The end result will be a side-by-side comparison that looks similar to this:

o1 vs gpt-4o comparison

Prerequisites

Before we begin, you'll need:

  • promptfoo CLI installed. If not, refer to the installation guide.
  • An active OpenAI API key set as the OPENAI_API_KEY environment variable.

Step 1: Setup

Create a new directory for your comparison project:

npx promptfoo@latest init openai-o1-comparison

Step 2: Configure the Comparison

Edit the promptfooconfig.yaml file to define your comparison.

  1. Prompts: Define the prompt template that will be used for all test cases. In this example, we're using riddles:

    prompts:
    - 'Solve this riddle: {{riddle}}'

    The {{riddle}} placeholder will be replaced with specific riddles in each test case.

  2. Providers: Specify the models you want to compare. In this case, we're comparing gpt-4o and o1-preview:

    providers:
    - openai:gpt-4o
    - openai:o1-preview
  3. Default Test Assertions: Set up default assertions that will apply to all test cases. Given the cost and speed of o1, we're setting thresholds for cost and latency:

    defaultTest:
    assert:
    # Inference should always cost less than this (USD)
    - type: cost
    threshold: 0.02
    # Inference should always be faster than this (milliseconds)
    - type: latency
    threshold: 30000

    These assertions will flag any responses that exceed $0.02 in cost or 30 seconds in response time.

  4. Test Cases: Now, define your test cases.

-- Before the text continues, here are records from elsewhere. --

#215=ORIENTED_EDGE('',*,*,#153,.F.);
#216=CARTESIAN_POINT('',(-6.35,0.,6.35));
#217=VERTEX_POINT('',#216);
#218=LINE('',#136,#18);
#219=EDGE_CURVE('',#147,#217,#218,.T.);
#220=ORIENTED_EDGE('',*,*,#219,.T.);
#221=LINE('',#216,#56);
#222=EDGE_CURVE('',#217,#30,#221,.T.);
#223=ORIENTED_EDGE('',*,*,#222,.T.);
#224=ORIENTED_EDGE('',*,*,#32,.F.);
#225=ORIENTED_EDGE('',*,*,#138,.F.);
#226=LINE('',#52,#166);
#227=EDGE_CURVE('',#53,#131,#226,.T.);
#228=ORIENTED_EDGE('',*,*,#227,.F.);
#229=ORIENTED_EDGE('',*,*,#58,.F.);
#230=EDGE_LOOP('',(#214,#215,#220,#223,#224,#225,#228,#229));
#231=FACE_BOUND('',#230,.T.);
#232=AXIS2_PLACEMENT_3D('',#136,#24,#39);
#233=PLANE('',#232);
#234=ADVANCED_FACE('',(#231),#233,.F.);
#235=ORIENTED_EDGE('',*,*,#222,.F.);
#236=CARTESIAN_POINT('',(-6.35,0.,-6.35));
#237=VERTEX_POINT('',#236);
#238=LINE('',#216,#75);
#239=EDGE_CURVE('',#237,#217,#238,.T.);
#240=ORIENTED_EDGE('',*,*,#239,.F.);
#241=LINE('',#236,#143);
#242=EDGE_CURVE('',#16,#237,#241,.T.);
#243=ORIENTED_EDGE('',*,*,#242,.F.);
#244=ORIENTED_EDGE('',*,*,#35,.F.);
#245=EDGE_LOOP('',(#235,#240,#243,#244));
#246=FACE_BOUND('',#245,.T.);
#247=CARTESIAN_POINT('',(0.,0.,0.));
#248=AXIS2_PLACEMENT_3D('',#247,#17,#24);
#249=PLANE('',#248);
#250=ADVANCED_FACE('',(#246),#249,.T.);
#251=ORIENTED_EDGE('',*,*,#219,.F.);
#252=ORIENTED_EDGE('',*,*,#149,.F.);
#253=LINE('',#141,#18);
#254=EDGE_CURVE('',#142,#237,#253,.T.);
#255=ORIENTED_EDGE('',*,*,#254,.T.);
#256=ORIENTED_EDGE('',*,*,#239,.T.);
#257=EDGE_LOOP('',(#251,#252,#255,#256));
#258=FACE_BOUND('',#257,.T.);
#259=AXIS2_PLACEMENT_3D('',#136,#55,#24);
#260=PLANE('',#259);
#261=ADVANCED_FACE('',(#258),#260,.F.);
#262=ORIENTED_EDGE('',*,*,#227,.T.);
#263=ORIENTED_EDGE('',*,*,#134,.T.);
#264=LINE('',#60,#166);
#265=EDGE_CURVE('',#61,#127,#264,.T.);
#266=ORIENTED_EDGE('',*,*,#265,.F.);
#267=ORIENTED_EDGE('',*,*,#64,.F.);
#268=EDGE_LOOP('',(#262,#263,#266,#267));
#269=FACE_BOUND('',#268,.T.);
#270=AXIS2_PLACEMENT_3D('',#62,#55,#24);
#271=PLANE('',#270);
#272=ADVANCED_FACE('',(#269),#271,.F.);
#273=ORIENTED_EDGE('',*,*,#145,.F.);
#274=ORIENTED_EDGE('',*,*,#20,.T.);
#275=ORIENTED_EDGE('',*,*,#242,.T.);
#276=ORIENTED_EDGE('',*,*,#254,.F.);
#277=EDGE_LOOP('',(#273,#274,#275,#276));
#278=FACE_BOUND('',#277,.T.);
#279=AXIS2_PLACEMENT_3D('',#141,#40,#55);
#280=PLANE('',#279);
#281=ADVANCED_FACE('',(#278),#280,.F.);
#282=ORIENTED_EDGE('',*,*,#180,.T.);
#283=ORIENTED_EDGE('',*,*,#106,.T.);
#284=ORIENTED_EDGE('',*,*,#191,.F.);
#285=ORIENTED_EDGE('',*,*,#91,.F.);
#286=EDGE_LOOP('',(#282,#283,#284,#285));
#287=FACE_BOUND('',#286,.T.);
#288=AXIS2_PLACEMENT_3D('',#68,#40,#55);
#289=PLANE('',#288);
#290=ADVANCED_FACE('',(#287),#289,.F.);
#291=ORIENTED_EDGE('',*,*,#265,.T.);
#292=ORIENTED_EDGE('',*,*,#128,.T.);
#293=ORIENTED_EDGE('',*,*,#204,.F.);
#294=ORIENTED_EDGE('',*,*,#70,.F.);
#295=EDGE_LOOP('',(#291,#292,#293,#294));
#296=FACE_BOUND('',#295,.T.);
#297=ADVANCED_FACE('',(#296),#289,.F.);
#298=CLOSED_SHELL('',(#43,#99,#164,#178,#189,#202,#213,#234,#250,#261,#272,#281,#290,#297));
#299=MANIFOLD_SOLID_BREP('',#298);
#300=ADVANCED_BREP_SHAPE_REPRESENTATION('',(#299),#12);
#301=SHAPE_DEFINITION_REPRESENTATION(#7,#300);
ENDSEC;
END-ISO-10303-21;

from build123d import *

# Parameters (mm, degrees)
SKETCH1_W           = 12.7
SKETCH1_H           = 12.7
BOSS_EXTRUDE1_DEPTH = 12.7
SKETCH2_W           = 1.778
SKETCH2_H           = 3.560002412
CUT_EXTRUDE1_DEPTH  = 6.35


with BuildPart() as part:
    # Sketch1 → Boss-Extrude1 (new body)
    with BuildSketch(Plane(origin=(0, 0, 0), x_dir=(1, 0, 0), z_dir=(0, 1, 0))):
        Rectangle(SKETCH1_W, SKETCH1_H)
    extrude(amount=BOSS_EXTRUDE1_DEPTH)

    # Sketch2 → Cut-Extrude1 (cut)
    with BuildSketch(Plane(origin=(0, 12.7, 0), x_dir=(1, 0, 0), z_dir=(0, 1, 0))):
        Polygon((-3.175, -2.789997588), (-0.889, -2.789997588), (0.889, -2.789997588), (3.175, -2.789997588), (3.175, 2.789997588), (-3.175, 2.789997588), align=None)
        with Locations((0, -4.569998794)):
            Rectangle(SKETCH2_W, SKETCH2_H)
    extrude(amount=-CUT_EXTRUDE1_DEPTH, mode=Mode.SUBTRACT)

In this specific example, each test case includes:

    • The riddle text (assigned to the riddle variable)
    • Specific assertions for that test case (optional)

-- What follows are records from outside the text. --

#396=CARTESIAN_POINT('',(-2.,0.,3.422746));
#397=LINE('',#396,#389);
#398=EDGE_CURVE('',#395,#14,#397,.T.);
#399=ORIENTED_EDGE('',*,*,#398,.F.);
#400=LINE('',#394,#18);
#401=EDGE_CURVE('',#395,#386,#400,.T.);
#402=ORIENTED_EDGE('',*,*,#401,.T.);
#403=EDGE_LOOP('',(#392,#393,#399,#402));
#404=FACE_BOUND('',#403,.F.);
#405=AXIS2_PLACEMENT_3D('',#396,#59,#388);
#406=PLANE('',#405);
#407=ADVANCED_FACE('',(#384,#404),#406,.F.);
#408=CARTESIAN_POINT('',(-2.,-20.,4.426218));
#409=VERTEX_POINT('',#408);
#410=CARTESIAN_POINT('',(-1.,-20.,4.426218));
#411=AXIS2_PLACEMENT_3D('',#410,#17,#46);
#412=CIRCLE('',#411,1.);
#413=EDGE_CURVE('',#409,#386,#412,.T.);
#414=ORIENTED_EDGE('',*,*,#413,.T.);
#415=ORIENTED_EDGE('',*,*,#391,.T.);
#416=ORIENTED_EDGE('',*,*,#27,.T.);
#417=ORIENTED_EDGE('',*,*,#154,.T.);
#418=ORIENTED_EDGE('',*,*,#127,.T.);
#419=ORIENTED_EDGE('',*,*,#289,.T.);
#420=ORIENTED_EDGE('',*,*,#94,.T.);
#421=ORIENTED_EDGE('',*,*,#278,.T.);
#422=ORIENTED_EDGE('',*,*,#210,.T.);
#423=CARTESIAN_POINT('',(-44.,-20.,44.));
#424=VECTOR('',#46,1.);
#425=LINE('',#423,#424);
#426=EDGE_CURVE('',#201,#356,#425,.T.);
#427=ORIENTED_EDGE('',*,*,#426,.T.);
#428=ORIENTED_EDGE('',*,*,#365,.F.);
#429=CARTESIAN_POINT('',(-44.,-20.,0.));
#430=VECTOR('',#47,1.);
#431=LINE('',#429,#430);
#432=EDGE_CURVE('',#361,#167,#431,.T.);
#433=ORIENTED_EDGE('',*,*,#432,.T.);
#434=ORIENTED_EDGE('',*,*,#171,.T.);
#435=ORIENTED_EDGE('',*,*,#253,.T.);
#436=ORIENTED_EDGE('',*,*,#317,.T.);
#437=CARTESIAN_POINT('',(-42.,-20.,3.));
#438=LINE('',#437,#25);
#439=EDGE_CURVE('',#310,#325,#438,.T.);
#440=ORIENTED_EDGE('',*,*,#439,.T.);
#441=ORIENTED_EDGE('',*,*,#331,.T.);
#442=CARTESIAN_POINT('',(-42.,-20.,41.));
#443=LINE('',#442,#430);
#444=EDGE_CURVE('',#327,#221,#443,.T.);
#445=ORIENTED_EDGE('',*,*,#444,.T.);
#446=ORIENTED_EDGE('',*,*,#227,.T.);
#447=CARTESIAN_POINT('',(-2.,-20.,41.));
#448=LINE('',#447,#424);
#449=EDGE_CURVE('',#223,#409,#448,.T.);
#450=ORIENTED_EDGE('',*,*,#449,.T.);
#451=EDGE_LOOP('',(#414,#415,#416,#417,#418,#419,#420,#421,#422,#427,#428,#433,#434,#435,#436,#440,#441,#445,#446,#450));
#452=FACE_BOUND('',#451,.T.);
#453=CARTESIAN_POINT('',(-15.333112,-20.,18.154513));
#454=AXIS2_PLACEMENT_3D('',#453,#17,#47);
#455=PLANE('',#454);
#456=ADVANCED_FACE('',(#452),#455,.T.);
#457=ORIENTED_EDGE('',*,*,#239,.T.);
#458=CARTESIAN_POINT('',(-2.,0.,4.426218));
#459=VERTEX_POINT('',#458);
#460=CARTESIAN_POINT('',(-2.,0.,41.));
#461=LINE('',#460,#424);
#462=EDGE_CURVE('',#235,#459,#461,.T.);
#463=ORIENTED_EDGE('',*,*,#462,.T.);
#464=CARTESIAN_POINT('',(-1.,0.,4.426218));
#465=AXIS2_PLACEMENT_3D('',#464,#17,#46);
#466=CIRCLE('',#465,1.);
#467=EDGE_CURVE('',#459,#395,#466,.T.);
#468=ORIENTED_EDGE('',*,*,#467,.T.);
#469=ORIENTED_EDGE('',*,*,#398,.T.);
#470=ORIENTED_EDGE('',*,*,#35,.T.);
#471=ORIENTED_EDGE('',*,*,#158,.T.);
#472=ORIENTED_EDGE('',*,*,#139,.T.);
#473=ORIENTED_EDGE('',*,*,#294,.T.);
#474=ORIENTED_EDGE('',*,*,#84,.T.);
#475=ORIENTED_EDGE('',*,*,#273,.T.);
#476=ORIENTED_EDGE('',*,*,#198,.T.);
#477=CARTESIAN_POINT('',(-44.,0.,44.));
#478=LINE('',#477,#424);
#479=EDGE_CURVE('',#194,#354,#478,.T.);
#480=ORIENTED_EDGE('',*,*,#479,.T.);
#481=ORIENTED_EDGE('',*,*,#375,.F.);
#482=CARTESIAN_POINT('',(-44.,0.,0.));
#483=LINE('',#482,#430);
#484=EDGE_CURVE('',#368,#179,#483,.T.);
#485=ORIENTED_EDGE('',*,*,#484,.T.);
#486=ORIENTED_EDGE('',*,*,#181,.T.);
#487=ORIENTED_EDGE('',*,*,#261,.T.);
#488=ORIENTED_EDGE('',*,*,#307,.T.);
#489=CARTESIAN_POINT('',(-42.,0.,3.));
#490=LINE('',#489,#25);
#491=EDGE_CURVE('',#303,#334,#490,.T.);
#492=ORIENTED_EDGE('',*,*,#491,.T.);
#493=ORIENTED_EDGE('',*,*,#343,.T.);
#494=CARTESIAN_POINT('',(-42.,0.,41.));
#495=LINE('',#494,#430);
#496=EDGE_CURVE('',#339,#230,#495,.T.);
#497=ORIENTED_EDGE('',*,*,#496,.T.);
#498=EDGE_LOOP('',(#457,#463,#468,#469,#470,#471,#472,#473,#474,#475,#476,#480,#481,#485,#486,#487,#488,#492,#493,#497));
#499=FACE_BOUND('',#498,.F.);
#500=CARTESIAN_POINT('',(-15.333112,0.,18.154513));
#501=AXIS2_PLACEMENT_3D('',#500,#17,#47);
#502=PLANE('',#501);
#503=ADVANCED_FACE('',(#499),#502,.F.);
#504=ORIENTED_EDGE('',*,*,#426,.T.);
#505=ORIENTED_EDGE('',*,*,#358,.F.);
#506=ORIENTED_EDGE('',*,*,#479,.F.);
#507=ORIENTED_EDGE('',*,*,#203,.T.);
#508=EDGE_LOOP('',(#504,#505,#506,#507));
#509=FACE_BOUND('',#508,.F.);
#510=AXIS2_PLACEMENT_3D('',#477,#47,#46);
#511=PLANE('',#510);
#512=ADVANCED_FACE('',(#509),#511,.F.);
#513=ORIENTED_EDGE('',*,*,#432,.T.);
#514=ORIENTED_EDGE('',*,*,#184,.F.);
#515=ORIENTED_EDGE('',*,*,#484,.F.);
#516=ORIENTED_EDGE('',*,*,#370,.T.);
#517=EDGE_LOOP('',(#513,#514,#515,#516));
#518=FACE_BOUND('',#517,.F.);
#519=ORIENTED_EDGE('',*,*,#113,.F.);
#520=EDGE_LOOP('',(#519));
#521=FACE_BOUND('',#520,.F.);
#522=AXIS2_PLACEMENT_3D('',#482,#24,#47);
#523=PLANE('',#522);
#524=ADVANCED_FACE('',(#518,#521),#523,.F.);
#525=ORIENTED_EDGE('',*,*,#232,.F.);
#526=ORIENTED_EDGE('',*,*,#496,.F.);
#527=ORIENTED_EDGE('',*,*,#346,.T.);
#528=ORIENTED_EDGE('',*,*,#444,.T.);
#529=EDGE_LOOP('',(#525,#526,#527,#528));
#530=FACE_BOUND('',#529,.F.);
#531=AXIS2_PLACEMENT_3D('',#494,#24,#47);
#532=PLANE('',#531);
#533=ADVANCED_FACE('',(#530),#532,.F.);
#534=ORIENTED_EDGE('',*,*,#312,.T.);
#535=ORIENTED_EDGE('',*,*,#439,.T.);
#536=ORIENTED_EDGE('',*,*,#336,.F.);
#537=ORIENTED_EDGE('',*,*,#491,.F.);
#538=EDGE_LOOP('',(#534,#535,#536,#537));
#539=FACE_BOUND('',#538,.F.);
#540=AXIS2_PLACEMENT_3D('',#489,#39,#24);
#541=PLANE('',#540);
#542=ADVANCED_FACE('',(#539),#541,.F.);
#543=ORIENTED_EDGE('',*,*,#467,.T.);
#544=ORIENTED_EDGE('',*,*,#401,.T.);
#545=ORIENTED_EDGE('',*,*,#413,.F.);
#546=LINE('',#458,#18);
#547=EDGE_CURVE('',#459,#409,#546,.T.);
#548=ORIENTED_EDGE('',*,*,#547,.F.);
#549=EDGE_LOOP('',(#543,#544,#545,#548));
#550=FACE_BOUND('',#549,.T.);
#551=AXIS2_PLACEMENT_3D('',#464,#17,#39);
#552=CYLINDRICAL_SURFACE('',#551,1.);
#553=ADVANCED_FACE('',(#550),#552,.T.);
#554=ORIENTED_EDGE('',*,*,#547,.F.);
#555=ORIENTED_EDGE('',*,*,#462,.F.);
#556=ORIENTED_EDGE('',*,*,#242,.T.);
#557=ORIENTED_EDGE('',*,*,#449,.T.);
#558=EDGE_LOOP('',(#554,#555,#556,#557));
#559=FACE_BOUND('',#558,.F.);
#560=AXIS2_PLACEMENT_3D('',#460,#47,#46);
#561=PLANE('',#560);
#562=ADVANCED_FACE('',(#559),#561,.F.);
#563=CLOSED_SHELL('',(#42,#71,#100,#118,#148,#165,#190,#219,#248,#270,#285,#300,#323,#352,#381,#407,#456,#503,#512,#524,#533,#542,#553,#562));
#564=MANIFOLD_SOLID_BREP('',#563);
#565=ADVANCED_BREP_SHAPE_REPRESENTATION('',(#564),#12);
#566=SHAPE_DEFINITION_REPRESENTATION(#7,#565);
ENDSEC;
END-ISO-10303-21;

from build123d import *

    Here's an example of a test case with assertions:

    tests:
    - vars:
    riddle: 'I speak without a mouth and hear without ears. I have no body, but I come alive with wind. What am I?'
    assert:
    - type: contains
    value: echo
    - type: llm-rubric
    value: Do not apologize

    This test case checks if the response contains the word "echo" and uses an LLM-based rubric to ensure the model doesn't apologize in its response. See deterministic metrics and model-graded metrics for more details.

    Add multiple test cases to thoroughly evaluate the models' performance on different types of riddles or problems.

Now, let's put it all together in the final configuration:

description: 'GPT 4o vs o1 comparison'
prompts:
- 'Solve this riddle: {{riddle}}'
providers:
- openai:gpt-4o
- openai:o1-preview
defaultTest:
assert:
# Inference should always cost less than this (USD)
- type: cost
threshold: 0.02
# Inference should always be faster than this (milliseconds)
- type: latency
threshold: 30000
tests:
- vars:
riddle: 'I speak without a mouth and hear without ears. I have no body, but I come alive with wind. What am I?'
assert:
- type: contains
value: echo
- type: llm-rubric
value: Do not apologize
- vars:
riddle: 'The more of this there is, the less you see. What is it?'
assert:
- type: contains
value: darkness
- vars:
riddle: >-
Suppose I have a cabbage, a goat and a lion, and I need to get them across a river. I have a boat that can only carry myself and a single other item. I am not allowed to leave the cabbage and lion alone together, and I am not allowed to leave the lion and goat alone together. How can I safely get all three across?
- vars:
riddle: 'The surgeon, who is the boys father says, "I cant operate on this boy, hes my son!" Who is the surgeon to the boy?'
assert:
- type: llm-rubric
value: "output must state that the surgeon is the boy's father"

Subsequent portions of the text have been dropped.